- Task directions
Each line in the entries below that holds the string "extrude" is to be listed.

- Entries provided
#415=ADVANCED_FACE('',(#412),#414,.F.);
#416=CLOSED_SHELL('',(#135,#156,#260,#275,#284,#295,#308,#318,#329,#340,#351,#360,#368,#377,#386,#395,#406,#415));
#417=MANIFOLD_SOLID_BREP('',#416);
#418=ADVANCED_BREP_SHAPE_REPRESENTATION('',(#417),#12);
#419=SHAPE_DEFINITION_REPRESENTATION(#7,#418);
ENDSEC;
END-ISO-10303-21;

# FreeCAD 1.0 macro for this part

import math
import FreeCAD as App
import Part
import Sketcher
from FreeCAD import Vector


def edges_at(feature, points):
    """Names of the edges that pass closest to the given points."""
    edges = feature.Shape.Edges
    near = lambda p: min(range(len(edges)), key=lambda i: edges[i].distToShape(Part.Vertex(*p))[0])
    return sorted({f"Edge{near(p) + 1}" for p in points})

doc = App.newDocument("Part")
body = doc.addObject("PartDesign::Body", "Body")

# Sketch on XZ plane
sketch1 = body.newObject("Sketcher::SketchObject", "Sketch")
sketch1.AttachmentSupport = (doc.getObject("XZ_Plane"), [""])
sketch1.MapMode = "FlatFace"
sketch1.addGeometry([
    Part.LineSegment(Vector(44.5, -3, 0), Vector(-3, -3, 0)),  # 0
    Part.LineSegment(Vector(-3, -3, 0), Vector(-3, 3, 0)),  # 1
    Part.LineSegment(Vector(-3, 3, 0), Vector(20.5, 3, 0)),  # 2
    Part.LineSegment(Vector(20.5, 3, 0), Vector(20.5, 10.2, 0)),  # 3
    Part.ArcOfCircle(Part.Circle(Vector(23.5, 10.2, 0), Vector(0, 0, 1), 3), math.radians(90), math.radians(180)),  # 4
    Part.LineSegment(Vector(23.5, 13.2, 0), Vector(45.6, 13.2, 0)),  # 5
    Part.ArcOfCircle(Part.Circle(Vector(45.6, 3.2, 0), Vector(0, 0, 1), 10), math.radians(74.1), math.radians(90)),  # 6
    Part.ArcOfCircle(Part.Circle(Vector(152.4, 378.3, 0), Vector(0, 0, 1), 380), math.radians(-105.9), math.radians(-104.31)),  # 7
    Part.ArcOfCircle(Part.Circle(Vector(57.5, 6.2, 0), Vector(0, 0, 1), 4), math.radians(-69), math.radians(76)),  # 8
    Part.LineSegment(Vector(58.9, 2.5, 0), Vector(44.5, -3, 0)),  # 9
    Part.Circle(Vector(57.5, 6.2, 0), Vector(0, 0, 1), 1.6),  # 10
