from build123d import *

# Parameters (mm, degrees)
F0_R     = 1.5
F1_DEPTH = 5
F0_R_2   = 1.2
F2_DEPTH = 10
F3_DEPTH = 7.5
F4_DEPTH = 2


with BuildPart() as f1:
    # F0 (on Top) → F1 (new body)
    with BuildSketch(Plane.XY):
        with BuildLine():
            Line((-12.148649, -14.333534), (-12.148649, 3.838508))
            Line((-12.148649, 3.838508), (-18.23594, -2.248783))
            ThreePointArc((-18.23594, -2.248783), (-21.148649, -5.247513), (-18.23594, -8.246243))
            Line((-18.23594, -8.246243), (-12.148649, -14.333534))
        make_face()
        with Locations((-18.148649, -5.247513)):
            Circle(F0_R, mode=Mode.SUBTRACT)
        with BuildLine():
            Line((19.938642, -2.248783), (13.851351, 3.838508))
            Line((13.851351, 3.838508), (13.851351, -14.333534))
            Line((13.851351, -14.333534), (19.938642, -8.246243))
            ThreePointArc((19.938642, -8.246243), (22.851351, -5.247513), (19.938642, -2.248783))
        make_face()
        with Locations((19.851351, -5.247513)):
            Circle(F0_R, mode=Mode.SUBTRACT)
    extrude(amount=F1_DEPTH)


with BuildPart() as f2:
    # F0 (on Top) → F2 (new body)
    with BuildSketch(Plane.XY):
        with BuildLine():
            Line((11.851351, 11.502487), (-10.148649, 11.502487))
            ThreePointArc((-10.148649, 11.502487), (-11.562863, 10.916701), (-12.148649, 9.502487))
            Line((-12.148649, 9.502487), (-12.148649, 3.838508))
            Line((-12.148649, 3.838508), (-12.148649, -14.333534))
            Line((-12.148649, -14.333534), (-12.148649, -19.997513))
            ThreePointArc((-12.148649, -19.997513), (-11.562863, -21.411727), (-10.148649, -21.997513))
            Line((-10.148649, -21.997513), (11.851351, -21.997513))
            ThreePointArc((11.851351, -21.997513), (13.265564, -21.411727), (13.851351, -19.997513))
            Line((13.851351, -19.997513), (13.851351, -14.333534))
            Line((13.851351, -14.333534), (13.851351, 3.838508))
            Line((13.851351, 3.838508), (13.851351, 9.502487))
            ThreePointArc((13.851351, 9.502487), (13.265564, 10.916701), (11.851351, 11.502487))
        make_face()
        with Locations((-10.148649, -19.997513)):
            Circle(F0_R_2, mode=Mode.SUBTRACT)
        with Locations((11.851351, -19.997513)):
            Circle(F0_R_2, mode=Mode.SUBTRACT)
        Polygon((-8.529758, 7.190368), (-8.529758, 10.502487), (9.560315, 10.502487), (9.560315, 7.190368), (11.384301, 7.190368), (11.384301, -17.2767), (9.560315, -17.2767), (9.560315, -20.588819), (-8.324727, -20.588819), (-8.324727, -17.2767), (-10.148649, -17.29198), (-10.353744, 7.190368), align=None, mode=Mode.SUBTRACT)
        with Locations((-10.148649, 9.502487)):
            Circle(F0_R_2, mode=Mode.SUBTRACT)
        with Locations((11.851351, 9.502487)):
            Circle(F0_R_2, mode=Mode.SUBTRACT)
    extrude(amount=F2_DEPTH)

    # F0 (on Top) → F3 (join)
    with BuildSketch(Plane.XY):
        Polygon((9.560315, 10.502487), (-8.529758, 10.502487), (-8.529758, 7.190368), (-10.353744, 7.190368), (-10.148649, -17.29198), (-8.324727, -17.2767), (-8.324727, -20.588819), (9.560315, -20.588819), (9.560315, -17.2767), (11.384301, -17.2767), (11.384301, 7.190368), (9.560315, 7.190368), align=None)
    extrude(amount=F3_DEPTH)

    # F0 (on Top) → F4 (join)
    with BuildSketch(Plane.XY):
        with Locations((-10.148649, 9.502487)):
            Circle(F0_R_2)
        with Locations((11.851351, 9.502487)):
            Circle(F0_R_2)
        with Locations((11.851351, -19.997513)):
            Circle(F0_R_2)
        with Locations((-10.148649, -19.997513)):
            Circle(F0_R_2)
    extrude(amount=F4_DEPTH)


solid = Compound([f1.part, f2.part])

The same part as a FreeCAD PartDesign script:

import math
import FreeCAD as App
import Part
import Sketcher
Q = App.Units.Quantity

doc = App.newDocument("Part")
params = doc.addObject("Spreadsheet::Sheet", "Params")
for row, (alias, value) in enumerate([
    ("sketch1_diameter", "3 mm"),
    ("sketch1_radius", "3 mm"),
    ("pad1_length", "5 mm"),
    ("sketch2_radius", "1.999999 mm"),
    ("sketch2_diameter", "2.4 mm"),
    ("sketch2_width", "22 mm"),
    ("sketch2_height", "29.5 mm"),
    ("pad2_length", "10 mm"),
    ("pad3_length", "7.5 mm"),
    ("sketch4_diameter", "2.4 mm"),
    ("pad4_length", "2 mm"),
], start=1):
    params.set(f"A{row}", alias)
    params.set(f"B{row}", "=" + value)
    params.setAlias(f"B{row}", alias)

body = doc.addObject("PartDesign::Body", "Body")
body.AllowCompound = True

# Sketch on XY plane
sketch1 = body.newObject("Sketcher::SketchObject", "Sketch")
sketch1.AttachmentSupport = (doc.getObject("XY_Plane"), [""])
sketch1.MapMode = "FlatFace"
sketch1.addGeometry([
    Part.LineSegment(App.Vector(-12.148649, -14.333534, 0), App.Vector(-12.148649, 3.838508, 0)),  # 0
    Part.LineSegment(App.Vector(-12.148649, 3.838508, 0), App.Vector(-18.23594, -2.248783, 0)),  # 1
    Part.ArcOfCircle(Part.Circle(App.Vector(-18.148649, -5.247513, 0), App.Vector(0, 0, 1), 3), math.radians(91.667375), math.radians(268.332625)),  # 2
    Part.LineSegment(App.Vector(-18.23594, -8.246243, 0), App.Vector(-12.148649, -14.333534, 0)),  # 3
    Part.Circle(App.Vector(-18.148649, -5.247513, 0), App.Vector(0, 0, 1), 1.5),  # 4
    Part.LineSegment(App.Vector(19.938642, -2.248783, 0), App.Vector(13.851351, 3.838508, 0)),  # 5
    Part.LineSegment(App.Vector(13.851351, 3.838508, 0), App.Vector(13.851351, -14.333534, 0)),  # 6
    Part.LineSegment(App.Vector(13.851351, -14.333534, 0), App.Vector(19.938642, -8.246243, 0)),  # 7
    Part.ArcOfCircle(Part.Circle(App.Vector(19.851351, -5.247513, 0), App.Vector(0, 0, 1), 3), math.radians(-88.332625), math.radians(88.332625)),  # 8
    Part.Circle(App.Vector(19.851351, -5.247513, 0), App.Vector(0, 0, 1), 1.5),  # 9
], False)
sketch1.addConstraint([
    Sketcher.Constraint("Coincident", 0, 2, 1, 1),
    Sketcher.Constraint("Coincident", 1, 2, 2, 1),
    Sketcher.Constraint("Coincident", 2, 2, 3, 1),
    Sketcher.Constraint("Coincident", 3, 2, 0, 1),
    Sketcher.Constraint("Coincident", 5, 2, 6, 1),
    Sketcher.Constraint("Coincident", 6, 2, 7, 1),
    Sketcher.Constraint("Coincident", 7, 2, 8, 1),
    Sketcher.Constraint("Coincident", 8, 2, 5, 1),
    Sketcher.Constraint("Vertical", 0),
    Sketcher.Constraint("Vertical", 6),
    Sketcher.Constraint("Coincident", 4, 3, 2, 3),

- Your solution
    extrude(amount=F1_DEPTH)
    extrude(amount=F2_DEPTH)
    extrude(amount=F3_DEPTH)
    extrude(amount=F4_DEPTH)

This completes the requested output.